Stored data entries
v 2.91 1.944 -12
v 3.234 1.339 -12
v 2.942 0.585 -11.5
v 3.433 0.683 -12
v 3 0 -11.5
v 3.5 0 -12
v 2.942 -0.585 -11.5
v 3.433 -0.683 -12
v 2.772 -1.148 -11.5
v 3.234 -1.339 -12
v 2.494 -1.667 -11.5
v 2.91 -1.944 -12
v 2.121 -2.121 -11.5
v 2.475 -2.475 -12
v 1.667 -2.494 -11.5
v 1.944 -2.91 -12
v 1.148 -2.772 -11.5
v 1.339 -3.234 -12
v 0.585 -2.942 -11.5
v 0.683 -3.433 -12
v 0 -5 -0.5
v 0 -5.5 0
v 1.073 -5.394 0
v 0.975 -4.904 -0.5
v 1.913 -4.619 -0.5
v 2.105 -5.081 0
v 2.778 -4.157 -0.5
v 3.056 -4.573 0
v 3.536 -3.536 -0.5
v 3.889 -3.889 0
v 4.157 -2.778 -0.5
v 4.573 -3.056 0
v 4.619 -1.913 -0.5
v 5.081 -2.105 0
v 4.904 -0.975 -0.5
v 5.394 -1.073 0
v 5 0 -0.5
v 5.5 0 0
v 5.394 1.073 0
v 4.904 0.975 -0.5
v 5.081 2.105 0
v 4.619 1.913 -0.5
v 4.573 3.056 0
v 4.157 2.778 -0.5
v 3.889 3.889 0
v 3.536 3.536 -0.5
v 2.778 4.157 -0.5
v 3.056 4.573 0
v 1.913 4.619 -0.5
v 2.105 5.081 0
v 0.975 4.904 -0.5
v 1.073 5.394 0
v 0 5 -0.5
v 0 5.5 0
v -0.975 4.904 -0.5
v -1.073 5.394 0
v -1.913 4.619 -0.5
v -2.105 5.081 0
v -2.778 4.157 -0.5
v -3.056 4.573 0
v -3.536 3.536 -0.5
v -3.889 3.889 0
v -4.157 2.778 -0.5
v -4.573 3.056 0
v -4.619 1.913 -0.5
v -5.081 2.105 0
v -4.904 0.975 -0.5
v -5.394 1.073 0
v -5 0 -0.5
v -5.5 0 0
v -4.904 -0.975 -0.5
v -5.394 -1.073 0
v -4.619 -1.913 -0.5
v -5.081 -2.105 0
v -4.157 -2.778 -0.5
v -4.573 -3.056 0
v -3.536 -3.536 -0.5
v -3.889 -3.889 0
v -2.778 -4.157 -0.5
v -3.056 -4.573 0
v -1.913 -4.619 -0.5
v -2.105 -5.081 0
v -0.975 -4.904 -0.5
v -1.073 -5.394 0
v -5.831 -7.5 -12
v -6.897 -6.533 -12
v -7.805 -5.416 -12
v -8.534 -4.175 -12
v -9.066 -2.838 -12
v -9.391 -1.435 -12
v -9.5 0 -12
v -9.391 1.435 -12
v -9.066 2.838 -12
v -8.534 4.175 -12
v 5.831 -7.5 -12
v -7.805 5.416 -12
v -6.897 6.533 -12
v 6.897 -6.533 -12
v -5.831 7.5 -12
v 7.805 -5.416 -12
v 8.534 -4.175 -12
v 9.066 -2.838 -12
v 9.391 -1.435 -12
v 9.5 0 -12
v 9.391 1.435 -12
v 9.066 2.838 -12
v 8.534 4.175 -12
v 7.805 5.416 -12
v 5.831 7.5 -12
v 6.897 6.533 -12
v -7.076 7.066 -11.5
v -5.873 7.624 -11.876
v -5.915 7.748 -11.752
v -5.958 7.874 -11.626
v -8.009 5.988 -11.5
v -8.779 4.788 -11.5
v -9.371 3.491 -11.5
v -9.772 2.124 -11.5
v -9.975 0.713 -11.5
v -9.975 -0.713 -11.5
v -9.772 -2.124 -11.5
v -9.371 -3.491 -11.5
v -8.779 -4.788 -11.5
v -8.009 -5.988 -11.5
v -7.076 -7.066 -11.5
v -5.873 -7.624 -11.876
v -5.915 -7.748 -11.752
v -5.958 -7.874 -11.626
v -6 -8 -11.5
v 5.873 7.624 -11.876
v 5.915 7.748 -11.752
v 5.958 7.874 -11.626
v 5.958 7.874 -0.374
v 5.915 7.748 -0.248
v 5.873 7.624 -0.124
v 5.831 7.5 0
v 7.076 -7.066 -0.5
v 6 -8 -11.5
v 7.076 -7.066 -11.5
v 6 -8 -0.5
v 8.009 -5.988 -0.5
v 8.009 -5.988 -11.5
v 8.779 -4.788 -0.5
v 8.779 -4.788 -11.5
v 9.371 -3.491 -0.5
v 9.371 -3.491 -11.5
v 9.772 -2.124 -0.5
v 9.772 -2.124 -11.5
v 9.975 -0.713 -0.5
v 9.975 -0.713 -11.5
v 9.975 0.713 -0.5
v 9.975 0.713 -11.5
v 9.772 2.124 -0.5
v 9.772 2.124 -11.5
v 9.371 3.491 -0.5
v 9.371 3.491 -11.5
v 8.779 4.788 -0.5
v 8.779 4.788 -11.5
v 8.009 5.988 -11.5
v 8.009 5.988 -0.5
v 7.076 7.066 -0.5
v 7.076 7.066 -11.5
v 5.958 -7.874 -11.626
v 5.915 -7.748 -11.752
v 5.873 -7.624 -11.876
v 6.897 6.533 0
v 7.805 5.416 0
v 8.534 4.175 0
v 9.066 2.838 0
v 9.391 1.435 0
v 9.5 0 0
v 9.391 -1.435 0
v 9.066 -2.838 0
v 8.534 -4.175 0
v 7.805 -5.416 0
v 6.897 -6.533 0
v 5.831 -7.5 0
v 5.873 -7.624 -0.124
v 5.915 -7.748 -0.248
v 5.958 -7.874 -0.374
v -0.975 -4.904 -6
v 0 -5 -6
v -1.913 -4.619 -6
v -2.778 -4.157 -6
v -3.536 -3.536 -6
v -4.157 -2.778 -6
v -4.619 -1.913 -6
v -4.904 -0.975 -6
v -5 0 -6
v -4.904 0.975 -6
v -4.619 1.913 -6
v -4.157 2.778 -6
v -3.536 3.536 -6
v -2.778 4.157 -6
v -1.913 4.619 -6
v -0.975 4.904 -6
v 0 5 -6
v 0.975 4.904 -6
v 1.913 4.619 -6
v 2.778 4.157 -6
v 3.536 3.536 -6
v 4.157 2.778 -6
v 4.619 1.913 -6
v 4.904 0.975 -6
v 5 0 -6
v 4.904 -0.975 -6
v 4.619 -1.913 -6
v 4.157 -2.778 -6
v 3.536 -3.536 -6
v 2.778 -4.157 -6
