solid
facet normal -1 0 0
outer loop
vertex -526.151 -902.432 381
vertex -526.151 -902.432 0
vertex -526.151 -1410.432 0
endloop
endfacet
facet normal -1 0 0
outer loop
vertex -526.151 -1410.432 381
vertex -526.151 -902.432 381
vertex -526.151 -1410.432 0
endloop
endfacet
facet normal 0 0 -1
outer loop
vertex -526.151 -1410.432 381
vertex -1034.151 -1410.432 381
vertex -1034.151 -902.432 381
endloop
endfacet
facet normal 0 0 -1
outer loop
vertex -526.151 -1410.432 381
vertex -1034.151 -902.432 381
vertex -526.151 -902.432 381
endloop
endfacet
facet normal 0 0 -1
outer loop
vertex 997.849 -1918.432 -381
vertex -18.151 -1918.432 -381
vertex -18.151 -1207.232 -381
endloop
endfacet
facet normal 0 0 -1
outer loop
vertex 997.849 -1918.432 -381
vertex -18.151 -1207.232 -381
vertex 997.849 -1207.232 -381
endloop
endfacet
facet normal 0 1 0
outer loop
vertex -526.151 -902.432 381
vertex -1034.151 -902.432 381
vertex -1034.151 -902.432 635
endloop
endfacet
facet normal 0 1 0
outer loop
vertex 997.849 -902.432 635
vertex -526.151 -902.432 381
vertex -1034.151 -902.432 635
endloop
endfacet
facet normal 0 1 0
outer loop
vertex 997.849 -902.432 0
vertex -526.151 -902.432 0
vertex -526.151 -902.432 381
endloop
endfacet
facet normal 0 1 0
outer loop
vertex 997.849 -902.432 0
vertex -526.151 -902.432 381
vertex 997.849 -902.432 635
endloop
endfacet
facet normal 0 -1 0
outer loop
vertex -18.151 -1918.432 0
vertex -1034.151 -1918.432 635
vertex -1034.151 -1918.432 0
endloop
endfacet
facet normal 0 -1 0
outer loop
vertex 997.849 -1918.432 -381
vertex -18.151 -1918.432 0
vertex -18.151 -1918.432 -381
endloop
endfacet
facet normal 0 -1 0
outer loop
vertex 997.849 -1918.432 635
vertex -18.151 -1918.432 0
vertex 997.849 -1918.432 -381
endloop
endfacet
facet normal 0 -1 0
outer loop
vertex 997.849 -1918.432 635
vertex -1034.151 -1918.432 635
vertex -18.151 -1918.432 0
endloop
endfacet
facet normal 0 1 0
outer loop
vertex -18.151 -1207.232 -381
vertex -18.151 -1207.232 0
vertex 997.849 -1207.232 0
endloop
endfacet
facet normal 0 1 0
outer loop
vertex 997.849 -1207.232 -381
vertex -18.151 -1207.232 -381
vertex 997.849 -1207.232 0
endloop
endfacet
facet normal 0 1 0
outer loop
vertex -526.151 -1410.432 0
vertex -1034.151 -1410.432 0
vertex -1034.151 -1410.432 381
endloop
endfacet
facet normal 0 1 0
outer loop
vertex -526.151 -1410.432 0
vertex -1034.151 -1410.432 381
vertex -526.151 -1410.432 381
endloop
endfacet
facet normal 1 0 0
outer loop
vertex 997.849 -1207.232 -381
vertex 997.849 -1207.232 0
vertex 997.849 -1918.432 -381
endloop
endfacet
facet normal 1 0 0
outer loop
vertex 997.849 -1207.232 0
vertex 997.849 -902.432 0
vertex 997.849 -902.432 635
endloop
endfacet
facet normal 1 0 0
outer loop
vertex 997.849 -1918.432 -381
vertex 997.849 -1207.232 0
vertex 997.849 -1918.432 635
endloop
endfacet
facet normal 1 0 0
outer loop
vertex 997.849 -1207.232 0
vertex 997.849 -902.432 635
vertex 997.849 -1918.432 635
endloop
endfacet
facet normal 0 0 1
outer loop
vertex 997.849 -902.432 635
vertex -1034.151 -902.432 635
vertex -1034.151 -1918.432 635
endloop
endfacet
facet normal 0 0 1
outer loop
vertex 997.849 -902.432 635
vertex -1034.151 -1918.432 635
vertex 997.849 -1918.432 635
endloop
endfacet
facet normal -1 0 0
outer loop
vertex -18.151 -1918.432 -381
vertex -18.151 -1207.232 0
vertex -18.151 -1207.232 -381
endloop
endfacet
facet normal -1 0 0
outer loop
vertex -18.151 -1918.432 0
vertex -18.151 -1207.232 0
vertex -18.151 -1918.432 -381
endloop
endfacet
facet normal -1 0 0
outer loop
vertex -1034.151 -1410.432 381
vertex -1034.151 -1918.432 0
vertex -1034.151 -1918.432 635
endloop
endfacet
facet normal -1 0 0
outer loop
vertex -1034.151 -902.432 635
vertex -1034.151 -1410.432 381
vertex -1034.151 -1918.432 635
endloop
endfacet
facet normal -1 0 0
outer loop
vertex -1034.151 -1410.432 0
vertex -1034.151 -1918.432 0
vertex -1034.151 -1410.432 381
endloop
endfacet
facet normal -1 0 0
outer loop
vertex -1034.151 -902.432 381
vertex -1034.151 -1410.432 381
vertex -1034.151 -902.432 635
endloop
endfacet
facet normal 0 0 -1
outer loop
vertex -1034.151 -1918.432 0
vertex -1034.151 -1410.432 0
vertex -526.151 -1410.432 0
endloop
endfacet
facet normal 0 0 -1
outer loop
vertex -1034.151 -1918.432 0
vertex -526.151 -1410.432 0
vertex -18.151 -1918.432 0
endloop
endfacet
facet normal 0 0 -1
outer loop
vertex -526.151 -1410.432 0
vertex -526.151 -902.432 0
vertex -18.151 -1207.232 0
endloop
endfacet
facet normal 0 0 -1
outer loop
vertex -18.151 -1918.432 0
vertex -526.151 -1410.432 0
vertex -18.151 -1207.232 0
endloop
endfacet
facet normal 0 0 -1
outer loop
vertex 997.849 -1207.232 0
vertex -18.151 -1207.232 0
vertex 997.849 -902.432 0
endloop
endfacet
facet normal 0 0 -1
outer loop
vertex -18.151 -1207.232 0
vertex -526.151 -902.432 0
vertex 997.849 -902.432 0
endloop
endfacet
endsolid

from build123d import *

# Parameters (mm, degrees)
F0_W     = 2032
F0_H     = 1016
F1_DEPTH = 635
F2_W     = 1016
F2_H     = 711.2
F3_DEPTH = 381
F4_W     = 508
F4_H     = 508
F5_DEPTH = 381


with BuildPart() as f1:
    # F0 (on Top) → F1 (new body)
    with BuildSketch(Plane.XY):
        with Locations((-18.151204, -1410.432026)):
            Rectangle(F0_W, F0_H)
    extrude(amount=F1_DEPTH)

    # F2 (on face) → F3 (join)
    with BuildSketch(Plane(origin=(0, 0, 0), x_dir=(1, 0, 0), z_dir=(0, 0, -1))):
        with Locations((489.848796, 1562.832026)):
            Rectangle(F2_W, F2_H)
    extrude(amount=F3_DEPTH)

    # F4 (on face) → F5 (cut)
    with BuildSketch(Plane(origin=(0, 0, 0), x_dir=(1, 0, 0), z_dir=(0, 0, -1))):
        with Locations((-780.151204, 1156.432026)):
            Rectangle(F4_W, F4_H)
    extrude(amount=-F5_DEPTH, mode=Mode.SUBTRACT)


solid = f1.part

» **Task to carry out**
Go through the records from the first line and copy each one exactly, ending after the line that contains "v 1.148 -2.772 -11.5". Give nothing else.

» **Solved problem**
v 2.91 1.944 -12
v 3.234 1.339 -12
v 2.942 0.585 -11.5
v 3.433 0.683 -12
v 3 0 -11.5
v 3.5 0 -12
v 2.942 -0.585 -11.5
v 3.433 -0.683 -12
v 2.772 -1.148 -11.5
v 3.234 -1.339 -12
v 2.494 -1.667 -11.5
v 2.91 -1.944 -12
v 2.121 -2.121 -11.5
v 2.475 -2.475 -12
v 1.667 -2.494 -11.5
v 1.944 -2.91 -12
v 1.148 -2.772 -11.5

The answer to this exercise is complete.